# Good Handgun for Hunting



## aupeters (Jun 29, 2004)

Hey guys Im trying to decide on a handgun that I can use for target shooting, but also use out deer hunting. I've been looking at the .357 magnum, I'm looking to spend about $175-$300. Any ideas or information would be great. Thanks


----------



## Whelen35 (Mar 9, 2004)

Shop around for a good used Ruger blackhawk, or super blackhawk chambered in 44 magnum. You have good lite recoiling target/plinking/ small game loads available, and also some very good larger game hunting loads available everywhere. If you shop arround you should be able to find a gun in your price range. Last fall I picked up a Ruger blackhawk in 45 colt for $180.00. Yea it has a bit of wear from a hoster, but it was not shot very much, and it has filled the bill as a gun that rides about with me in the dust and grime and now looks even more wore out than before, but it has taken everything from mice to fox this last year. Having taken deer with the 357 in the past, I like something larger for deer. The 44 mag is very good, and the 45 colt if handloaded is even better for deer, and with lite loads, either will do great for plinking and small game hunting. Shoot some lite loads in a 44 and you will see that it much more versatle than many would think.


----------



## Plainsman (Jul 30, 2003)

Aupeters

Let me add support to whelen35's post. I agree with every point that he made. I have shot deer with the 357, and although it will do it, the 44 and 45 compared to the 357 in taking deer is like the difference of night and day. The 44 factory loadings are much more versatile. If you reload they become comparable.


----------



## OneShotOneKill (Feb 13, 2004)

*I have harvested deer using the 357 Magnum many times. The 44 Magnum is really hard to match unless you hand load for the 45 Colt. I currently use 310 grain LBT design hard cast lead bullets for my Ruger New Model Blackhawk in 45 Colt. I also have a Ruger New Model Blackhawk in 357 Magnum using 170 grain Keith design hard cast lead bullets and T/C Encore in 44 Magnum using 300 grain LBT design hard cast lead bullets. All three of these loads will take deer within reasonable ranges. I also hand load for my Freedom Arms model 83 in 454 Casull using 360 grain LBT design hard cast lead bullets.

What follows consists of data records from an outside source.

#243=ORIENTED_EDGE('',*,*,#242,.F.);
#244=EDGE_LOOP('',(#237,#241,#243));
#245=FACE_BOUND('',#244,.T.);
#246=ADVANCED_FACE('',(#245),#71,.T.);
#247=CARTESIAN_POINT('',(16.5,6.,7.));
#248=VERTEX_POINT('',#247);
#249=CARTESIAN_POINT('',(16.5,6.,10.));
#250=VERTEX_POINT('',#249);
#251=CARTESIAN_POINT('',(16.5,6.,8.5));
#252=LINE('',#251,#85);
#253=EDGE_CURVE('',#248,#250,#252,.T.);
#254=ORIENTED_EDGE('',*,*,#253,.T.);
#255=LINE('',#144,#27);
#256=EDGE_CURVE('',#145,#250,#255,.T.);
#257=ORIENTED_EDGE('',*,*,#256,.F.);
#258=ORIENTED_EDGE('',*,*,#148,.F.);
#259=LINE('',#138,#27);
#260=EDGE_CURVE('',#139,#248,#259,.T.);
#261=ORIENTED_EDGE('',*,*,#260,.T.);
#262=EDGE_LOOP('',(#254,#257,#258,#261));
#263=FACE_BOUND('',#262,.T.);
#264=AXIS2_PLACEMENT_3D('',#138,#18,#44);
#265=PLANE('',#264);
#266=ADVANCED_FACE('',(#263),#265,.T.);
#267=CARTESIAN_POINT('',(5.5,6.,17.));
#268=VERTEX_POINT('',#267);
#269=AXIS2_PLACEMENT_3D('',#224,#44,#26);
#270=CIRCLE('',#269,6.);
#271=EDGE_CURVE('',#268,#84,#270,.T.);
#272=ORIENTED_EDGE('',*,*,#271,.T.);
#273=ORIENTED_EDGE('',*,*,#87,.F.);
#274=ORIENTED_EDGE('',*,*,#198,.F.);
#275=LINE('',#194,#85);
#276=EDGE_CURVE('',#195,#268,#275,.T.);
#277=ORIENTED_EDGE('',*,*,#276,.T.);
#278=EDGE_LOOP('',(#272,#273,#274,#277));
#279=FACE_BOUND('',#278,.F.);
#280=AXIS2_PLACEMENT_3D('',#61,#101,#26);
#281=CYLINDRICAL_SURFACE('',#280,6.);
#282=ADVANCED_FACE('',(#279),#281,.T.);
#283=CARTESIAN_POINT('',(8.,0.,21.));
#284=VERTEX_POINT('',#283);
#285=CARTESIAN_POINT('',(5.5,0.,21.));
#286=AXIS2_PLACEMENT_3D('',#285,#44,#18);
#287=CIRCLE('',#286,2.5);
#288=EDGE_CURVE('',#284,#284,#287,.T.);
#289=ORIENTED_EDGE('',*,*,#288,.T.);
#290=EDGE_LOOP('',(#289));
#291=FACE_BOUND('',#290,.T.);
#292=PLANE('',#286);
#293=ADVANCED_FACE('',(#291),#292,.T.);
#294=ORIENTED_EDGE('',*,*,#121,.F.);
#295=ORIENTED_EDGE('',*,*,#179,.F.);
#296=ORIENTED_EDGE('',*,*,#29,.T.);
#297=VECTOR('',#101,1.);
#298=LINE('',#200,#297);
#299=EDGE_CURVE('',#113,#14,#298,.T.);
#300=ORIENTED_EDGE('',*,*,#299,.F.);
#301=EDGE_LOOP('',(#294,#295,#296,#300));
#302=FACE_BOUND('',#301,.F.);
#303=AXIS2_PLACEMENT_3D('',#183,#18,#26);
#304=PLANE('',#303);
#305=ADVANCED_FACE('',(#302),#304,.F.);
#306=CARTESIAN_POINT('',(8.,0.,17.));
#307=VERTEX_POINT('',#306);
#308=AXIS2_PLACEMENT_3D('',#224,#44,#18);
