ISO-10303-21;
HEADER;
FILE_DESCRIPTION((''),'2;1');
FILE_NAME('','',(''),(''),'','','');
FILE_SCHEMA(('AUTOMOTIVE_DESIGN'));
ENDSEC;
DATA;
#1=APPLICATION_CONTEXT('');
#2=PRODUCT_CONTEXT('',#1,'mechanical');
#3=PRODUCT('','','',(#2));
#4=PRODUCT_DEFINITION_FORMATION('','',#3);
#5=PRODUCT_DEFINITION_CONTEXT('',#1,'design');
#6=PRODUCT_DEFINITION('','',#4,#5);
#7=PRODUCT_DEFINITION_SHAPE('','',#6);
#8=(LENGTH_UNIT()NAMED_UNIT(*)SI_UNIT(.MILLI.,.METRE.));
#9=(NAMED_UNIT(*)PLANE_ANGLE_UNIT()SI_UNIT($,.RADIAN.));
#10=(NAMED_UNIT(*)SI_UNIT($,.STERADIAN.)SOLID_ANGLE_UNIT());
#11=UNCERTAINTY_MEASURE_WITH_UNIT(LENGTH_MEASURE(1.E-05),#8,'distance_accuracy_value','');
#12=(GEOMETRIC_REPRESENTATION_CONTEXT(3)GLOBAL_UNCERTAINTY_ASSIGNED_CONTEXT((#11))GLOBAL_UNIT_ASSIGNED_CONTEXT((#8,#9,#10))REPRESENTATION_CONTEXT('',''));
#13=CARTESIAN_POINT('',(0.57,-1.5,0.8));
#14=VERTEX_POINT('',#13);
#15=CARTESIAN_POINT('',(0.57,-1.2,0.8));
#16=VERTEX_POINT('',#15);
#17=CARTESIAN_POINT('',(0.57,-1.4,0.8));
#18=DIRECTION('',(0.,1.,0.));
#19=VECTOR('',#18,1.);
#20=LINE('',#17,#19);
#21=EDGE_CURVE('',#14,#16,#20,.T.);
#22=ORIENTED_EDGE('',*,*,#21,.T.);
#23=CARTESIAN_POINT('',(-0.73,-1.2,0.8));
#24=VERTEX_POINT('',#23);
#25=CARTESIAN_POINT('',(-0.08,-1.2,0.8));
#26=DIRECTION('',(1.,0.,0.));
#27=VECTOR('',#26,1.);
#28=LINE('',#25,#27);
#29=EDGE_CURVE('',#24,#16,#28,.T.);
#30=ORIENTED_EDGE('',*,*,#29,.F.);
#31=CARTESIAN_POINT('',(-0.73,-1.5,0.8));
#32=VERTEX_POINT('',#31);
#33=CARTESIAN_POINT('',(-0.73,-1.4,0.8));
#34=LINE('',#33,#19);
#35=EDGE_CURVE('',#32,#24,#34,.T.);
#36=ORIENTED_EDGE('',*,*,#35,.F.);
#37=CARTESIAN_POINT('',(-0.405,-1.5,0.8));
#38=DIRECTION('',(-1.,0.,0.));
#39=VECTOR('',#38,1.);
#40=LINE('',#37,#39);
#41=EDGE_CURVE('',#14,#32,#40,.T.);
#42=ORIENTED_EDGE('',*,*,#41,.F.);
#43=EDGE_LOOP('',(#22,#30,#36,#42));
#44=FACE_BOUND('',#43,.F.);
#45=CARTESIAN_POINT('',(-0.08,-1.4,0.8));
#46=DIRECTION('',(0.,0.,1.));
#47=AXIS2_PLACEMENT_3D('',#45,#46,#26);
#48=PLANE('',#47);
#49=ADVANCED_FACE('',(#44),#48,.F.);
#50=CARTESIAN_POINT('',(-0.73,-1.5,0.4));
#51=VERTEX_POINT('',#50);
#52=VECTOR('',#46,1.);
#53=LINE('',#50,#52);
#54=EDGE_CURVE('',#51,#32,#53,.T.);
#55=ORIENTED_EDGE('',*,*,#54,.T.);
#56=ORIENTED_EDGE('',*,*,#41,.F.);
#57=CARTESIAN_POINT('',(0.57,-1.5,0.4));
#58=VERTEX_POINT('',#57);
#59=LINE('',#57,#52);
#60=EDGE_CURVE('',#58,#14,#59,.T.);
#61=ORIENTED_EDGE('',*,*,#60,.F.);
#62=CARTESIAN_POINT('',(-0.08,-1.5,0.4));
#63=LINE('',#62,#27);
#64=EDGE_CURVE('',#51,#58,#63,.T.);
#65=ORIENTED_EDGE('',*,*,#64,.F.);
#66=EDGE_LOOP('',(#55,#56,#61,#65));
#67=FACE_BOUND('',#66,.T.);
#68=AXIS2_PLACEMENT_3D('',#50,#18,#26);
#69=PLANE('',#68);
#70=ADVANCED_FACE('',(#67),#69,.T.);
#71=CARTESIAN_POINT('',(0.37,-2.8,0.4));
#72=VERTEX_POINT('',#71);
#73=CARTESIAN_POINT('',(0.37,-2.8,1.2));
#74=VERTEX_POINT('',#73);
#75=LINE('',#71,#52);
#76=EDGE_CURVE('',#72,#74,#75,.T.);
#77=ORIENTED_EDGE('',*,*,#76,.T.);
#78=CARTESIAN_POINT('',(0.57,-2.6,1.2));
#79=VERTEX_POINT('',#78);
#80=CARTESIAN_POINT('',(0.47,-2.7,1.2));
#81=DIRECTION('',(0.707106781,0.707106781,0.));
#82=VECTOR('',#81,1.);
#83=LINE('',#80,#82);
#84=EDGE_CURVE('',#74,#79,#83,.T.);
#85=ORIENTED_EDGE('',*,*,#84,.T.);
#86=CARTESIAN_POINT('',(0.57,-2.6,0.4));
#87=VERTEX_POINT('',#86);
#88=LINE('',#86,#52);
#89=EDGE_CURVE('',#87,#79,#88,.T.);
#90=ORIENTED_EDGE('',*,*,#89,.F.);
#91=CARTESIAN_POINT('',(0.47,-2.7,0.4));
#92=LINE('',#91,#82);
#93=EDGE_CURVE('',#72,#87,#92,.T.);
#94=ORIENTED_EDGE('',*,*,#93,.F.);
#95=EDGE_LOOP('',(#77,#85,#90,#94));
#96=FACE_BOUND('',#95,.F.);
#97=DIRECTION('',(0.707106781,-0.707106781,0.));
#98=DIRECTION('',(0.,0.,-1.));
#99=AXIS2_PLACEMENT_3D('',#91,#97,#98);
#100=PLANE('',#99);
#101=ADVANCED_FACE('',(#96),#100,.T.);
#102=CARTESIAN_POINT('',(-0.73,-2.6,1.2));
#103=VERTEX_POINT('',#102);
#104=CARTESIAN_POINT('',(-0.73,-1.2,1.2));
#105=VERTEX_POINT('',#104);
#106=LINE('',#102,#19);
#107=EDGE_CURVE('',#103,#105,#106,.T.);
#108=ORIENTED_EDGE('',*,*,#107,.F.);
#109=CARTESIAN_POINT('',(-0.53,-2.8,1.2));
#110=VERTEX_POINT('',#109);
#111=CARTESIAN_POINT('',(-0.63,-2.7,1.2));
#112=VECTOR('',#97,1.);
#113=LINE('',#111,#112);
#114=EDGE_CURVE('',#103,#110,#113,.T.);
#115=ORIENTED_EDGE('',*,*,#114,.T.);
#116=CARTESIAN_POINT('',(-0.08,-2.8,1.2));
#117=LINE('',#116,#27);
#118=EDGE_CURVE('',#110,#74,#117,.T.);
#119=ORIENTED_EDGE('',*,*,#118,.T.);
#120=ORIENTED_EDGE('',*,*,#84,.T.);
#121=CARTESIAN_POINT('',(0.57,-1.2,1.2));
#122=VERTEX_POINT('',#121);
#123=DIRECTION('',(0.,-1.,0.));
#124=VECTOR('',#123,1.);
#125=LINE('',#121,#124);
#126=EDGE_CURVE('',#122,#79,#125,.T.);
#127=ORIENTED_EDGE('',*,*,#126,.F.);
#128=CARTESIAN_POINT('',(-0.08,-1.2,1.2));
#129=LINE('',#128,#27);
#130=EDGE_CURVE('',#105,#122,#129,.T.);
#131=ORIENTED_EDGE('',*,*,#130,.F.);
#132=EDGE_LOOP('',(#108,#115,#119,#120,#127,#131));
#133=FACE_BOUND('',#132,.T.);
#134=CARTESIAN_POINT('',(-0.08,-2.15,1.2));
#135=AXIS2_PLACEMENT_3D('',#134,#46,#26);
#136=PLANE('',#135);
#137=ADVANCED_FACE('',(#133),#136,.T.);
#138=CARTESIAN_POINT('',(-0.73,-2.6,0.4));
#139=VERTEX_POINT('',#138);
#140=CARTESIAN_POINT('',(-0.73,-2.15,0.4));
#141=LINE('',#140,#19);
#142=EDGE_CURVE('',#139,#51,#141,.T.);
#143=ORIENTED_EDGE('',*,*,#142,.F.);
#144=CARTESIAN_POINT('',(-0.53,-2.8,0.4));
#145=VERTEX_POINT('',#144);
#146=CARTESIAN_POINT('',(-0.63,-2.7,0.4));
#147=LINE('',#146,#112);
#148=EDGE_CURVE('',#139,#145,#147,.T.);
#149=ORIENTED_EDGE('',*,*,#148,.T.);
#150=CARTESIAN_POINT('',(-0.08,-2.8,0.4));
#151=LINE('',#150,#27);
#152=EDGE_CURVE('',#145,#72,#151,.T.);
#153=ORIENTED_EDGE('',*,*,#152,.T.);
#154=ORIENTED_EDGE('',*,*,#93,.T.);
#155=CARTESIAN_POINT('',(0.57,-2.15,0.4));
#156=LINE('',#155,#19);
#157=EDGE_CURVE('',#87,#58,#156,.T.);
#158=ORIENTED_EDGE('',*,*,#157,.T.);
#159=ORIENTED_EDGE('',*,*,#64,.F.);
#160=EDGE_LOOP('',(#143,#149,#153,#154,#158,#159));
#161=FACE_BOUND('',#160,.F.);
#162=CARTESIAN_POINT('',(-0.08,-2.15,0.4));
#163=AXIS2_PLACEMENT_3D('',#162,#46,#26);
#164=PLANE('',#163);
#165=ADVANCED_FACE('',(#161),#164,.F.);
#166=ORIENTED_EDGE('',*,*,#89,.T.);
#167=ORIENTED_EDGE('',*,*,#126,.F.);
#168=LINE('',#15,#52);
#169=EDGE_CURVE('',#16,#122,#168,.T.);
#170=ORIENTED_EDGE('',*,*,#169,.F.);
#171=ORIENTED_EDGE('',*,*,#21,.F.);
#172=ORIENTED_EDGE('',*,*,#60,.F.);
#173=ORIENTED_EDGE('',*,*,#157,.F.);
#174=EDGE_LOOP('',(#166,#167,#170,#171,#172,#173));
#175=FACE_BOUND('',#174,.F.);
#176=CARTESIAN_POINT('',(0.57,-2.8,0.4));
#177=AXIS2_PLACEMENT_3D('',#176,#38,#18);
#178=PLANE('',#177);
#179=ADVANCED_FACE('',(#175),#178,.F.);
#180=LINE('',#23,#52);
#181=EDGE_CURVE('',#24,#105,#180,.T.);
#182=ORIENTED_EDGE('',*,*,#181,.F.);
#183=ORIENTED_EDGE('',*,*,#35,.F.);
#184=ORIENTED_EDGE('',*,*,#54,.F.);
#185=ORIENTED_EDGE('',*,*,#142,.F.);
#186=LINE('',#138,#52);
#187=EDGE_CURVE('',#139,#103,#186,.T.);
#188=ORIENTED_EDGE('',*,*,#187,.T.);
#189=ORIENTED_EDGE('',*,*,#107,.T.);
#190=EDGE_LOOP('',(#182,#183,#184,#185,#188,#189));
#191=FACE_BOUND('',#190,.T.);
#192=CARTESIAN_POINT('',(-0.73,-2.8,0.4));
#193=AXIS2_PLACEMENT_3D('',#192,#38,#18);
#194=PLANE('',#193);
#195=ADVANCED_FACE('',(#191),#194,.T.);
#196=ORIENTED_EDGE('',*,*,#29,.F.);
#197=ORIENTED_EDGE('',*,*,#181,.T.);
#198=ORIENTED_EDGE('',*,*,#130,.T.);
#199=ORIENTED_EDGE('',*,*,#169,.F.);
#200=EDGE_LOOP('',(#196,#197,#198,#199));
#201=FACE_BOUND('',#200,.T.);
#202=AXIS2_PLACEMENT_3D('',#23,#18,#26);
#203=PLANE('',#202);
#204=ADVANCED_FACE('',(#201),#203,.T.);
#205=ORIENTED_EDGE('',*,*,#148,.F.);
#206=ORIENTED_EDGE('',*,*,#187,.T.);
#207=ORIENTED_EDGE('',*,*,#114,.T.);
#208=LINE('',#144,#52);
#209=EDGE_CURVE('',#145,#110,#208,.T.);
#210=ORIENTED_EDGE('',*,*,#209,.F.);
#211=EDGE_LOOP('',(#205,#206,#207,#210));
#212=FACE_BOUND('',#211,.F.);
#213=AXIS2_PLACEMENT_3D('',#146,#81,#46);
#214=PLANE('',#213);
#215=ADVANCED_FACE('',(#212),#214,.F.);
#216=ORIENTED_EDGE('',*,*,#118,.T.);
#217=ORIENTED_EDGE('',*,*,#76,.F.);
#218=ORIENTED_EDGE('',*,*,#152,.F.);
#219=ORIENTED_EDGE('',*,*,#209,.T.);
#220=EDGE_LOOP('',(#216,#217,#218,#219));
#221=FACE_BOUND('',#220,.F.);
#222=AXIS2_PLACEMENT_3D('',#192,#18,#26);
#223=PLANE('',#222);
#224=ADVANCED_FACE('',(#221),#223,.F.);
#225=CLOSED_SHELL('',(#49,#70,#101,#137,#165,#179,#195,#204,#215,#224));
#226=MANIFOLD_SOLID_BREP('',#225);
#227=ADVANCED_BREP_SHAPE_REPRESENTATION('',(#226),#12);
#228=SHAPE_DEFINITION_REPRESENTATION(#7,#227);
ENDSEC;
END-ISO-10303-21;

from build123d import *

# Parameters (mm, degrees)
BOX002_W        = 1.3
BOX002_H        = 1.3
BOX002_DEPTH    = 0.8
CHAMFER_SIZE    = 0.2
CHAMFER001_SIZE = 0.2
BOX001_W        = 1.3
BOX001_H        = 0.4
BOX001_DEPTH    = 0.4


with BuildPart() as chamfer001:
    # Box002 → Box002 (new body)
    with BuildSketch(Plane(origin=(-0.08, -2.8, 0.4), x_dir=(1, 0, 0), z_dir=(0, 0, 1))):
        with Locations((0.65, 0.65)):
            Rectangle(BOX002_W, BOX002_H)
    extrude(amount=BOX002_DEPTH)

    # Chamfer
    chamfer_edges = [chamfer001.edges().sort_by_distance(p)[0] for p in [
        (-0.08, -2.8, 0.8),
    ]]
    chamfer(chamfer_edges, length=CHAMFER_SIZE)

    # Chamfer001
    chamfer001_edges = [chamfer001.edges().sort_by_distance(p)[0] for p in [
        (1.22, -2.8, 0.8),
    ]]
    chamfer(chamfer001_edges, length=CHAMFER001_SIZE)


with BuildPart() as fusion:
    # Box001 → Box001 (new body)
    with BuildSketch(Plane(origin=(-0.08, -1.6, 0.8), x_dir=(1, 0, 0), z_dir=(0, 0, 1))):
        with Locations((0.65, 0.2)):
            Rectangle(BOX001_W, BOX001_H)
    extrude(amount=BOX001_DEPTH)

    # Fusion: union Chamfer001
    add(chamfer001.part)


with BuildPart() as fusion_1:
    # Fusion placement: moved
    add(fusion.part.moved(Location((-0.65, 0, 0))))


solid = fusion_1.part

If you hand load I choose the 45 Colt! *


----------



## The Norseman (Jan 8, 2005)

Hey how you doing?

See topic "which calliber" below (9 topics below).

This topic should help you decide.



<*))))>><


----------



## Bore.224 (Mar 23, 2005)

If you can Find a S&W 686 with say a 6 inch barrel in that price range get it and dont look back. My brother has one its evrybodys favorite gun. Very accurate,Use it for defence , hunting, plinking this gun does it all.


----------



## The Norseman (Jan 8, 2005)

Good evening everyone,

The 357 S&W 686 6"bbl is one of the S&W's in my collection.
I like this gun very much. It is what I carry mostly out at the farm,
only because it accurate and I have a very good reload for it.

With that said I would not hesitate to use it but, I perfer and would only
use the 44mag S&W 629 classic 6"bbl on deer or what ever comes along.

I would not recommand a 357 for deer, based upon what I said in the 
other thread below.

:wink:


----------



## xphunter (Mar 30, 2005)

I still hunt with revolvers (454 Cas. & 357 Mag), but my preference is a specialty handgun shooting rifle cartridges. I use for PD's through elk.

Ernie B.


----------



## wyocarp (Jul 29, 2005)

I don't think I would take a .357 hunting if that were the purpose for the trip. There are too many better guns suited for hunting. You might have to save a little longer, but it will be worth it to have a gun that is actually a good hunting handgun. You would be better off with a handgun in a .400+ caliber. There's a bunch of them. All of them would do a better job than the .357.


----------



## SDHandgunner (Jun 22, 2004)

Just to add a little more to this. IF the .357 Magnum is used on Whitetail Deer there are a few requirements. First of all use the RIGHT BULLET. In my mind the RIGHT BULLETS would either be the 180gr. Nosler Partition Handgun Bullet, 180gr. Hornady XTP, 180gr. Federal JHP or 170gr. Sierra JHC. Some of these bullets can be had it in either Factory Ammo but also in Handloads.

Next is to put the RIGHT BULLET in the RIGHT PLACE. With marginal calibers bullet placement is everything. Lastly keep the range reasonable. Personally I would not recommend using the .357 Magnum on Whitetails at much over 50 yards, and to be honest the closer range the better.

You did not mention if you handload or would be strictly shooting factory ammo. This does indeed make a difference in what ammo will be available to you. Whatever you decide on purchasing one of the main keys is PRACTICING with the Handgun.

Good luck with your quest.

Larry


----------



## sdeprie (May 1, 2004)

I have to agree with a lot of what is already up there. 357 is a little light for dedicated hunting. 41 magnum hasn't been specifically listed, and not that popular, but does the job nicely with less recoil than the 44 or 45. I also agree that the dedicated hunting handguns are a real treat. The T C Encore I have is a real blast and I have absolute confidence in it. You might find that well worth the extra bucks you might have to pay. :2cents:


----------



## stolenbase (Aug 23, 2003)

Yes, most people would say a 357. is underpower but my dad brings down deer humanely with one shot out of his freedom arms revolver (357. ) every year. The point being it can be loaded up so hot in that firearm due to the tight work on the gun. My dad handloads it and is yet to not drop one stone cold with it.


----------